Sebelumnya, pada 29 September, Trump mengumumkan proposal perdamaian 20 poin yang mencakup:
- Pembebasan seluruh tawanan Israel dengan imbalan tahanan Palestina,
- Penerapan gencatan senjata permanen,
- Pelucutan senjata Hamas, dan
- Pembangunan kembali Gaza secara bertahap.
Menurut laporan media Timur Tengah, Hamas telah menyatakan persetujuan prinsip terhadap rencana tersebut.
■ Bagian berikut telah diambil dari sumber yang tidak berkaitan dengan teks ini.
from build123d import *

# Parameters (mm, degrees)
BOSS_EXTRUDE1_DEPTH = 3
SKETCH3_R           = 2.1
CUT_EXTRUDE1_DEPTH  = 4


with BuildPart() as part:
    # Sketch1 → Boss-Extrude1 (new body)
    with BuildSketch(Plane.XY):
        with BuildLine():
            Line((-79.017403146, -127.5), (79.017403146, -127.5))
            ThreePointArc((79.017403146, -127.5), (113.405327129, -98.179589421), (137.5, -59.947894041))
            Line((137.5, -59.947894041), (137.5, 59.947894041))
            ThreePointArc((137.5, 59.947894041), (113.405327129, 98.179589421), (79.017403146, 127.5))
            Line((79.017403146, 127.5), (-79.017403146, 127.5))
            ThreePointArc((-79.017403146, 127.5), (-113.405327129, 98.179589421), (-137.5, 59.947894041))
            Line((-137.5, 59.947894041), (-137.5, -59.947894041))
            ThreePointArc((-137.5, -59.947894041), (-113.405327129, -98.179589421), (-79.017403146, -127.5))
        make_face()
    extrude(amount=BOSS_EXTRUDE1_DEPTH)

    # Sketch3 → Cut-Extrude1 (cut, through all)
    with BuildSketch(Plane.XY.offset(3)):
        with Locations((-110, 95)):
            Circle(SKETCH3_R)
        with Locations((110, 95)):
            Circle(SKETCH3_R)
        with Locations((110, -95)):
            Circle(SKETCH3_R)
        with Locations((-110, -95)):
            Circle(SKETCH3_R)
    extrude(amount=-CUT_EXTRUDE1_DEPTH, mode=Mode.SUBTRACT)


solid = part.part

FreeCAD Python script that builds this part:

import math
import FreeCAD as App
import Part
import Sketcher
Q = App.Units.Quantity

doc = App.newDocument("Part")
params = doc.addObject("Spreadsheet::Sheet", "Params")
for row, (alias, value) in enumerate([
    ("sketch1_radius", "150 mm"),
    ("pad1_length", "3 mm"),
    ("sketch2_diameter", "4.2 mm"),
], start=1):
    params.set(f"A{row}", alias)
    params.set(f"B{row}", "=" + value)
    params.setAlias(f"B{row}", alias)

body = doc.addObject("PartDesign::Body", "Body")

# Sketch on XY plane
sketch1 = body.newObject("Sketcher::SketchObject", "Sketch")
sketch1.AttachmentSupport = (doc.getObject("XY_Plane"), [""])
sketch1.MapMode = "FlatFace"
sketch1.addGeometry(Part.LineSegment(App.Vector(-79, -128, 0), App.Vector(79, -128, 0)), False)
sketch1.addGeometry(Part.ArcOfCircle(Part.Circle(App.Vector(0, 0, 0), App.Vector(0, 0, 1), 150), math.radians(-58), math.radians(-24)), False)
sketch1.addGeometry(Part.LineSegment(App.Vector(138, -60, 0), App.Vector(138, 60, 0)), False)
sketch1.addGeometry(Part.ArcOfCircle(Part.Circle(App.Vector(0, 0, 0), App.Vector(0, 0, 1), 150), math.radians(24), math.radians(58)), False)
sketch1.addGeometry(Part.LineSegment(App.Vector(79, 128, 0), App.Vector(-79, 128, 0)), False)
sketch1.addGeometry(Part.ArcOfCircle(Part.Circle(App.Vector(0, 0, 0), App.Vector(0, 0, 1), 150), math.radians(122), math.radians(156)), False)
sketch1.addGeometry(Part.LineSegment(App.Vector(-138, 60, 0), App.Vector(-138, -60, 0)), False)
sketch1.addGeometry(Part.ArcOfCircle(Part.Circle(App.Vector(0, 0, 0), App.Vector(0, 0, 1), 150), math.radians(-156), math.radians(-122)), False)
sketch1.addConstraint(Sketcher.Constraint("Coincident", 0, 2, 1, 1))
sketch1.addConstraint(Sketcher.Constraint("Coincident", 1, 2, 2, 1))
sketch1.addConstraint(Sketcher.Constraint("Coincident", 2, 2, 3, 1))
sketch1.addConstraint(Sketcher.Constraint("Coincident", 3, 2, 4, 1))
sketch1.addConstraint(Sketcher.Constraint("Coincident", 4, 2, 5, 1))
sketch1.addConstraint(Sketcher.Constraint("Coincident", 5, 2, 6, 1))
sketch1.addConstraint(Sketcher.Constraint("Coincident", 6, 2, 7, 1))
sketch1.addConstraint(Sketcher.Constraint("Coincident", 7, 2, 0, 1))
sketch1.addConstraint(Sketcher.Constraint("Horizontal", 0))
sketch1.addConstraint(Sketcher.Constraint("Vertical", 2))
sketch1.addConstraint(Sketcher.Constraint("Horizontal", 4))
sketch1.addConstraint(Sketcher.Constraint("Vertical", 6))
sketch1.addConstraint(Sketcher.Constraint("Coincident", 1, 3, -1, 1))
sketch1.addConstraint(Sketcher.Constraint("Coincident", 3, 3, -1, 1))
sketch1.addConstraint(Sketcher.Constraint("Coincident", 5, 3, -1, 1))
sketch1.addConstraint(Sketcher.Constraint("Coincident", 7, 3, -1, 1))
sketch1.addConstraint(Sketcher.Constraint("Equal", 1, 3))
sketch1.addConstraint(Sketcher.Constraint("Equal", 3, 5))
sketch1.addConstraint(Sketcher.Constraint("Equal", 5, 7))
sketch1.addConstraint(Sketcher.Constraint("Horizontal", 2, 2, 5, 2))
sketch1.addConstraint(Sketcher.Constraint("Vertical", 0, 2, 3, 2))
sketch1.addConstraint(Sketcher.Constraint("Radius", 1, Q("150 mm")))
sketch1.addConstraint(Sketcher.Constraint("DistanceY", 0, 2, -1, 1, Q("127.5 mm")))
sketch1.addConstraint(Sketcher.Constraint("DistanceX", -1, 1, 1, 2, Q("137.5 mm")))
sketch1.setExpression("Constraints[21]", "Params.sketch1_radius")
pad1 = body.newObject("PartDesign::Pad", "Pad")
pad1.Profile = sketch1
pad1.setExpression("Length", "Params.pad1_length")

# Sketch on XY plane
sketch2 = body.newObject("Sketcher::SketchObject", "Sketch001")
sketch2.AttachmentSupport = (doc.getObject("XY_Plane"), [""])
sketch2.MapMode = "FlatFace"
sketch2.AttachmentOffset = App.Placement(App.Vector(0, 0, 3), App.Rotation())
sketch2.addGeometry(Part.Circle(App.Vector(-110, 95, 0), App.Vector(0, 0, 1), 2.1), False)
sketch2.addGeometry(Part.Circle(App.Vector(110, 95, 0), App.Vector(0, 0, 1), 2.1), False)
sketch2.addGeometry(Part.Circle(App.Vector(110, -95, 0), App.Vector(0, 0, 1), 2.1), False)
sketch2.addGeometry(Part.Circle(App.Vector(-110, -95, 0), App.Vector(0, 0, 1), 2.1), False)
sketch2.addConstraint(Sketcher.Constraint("Equal", 0, 1))
sketch2.addConstraint(Sketcher.Constraint("Equal", 1, 2))
sketch2.addConstraint(Sketcher.Constraint("Equal", 2, 3))
sketch2.addConstraint(Sketcher.Constraint("Symmetric", 0, 3, 2, 3, -1, 1))
sketch2.addConstraint(Sketcher.Constraint("Symmetric", 1, 3, 3, 3, -1, 1))
sketch2.addConstraint(Sketcher.Constraint("Symmetric", 0, 3, 1, 3, -2))
sketch2.addConstraint(Sketcher.Constraint("Diameter", 0, Q("4.2 mm")))
sketch2.addConstraint(Sketcher.Constraint("DistanceX", 0, 3, -1, 1, Q("110 mm")))
sketch2.addConstraint(Sketcher.Constraint("DistanceY", -1, 1, 0, 3, Q("95 mm")))
sketch2.setExpression("Constraints[6]", "Params.sketch2_diameter")
pocket1 = body.newObject("PartDesign::Pocket", "Pocket")
pocket1.Profile = sketch2
pocket1.Type = "ThroughAll"

doc.recompute()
Konflik di Gaza sendiri telah menewaskan lebih dari 67.000 warga Palestina, sebagian besar perempuan dan anak-anak, sejak Oktober 2023. Serangan udara dan darat tanpa henti dari militer Israel menghancurkan infrastruktur vital, menjadikan wilayah tersebut nyaris tidak layak huni, serta memicu krisis kemanusiaan besar berupa pengungsian massal, kelaparan, dan wabah penyakit di seluruh Jalur Gaza. (Fer/I-1)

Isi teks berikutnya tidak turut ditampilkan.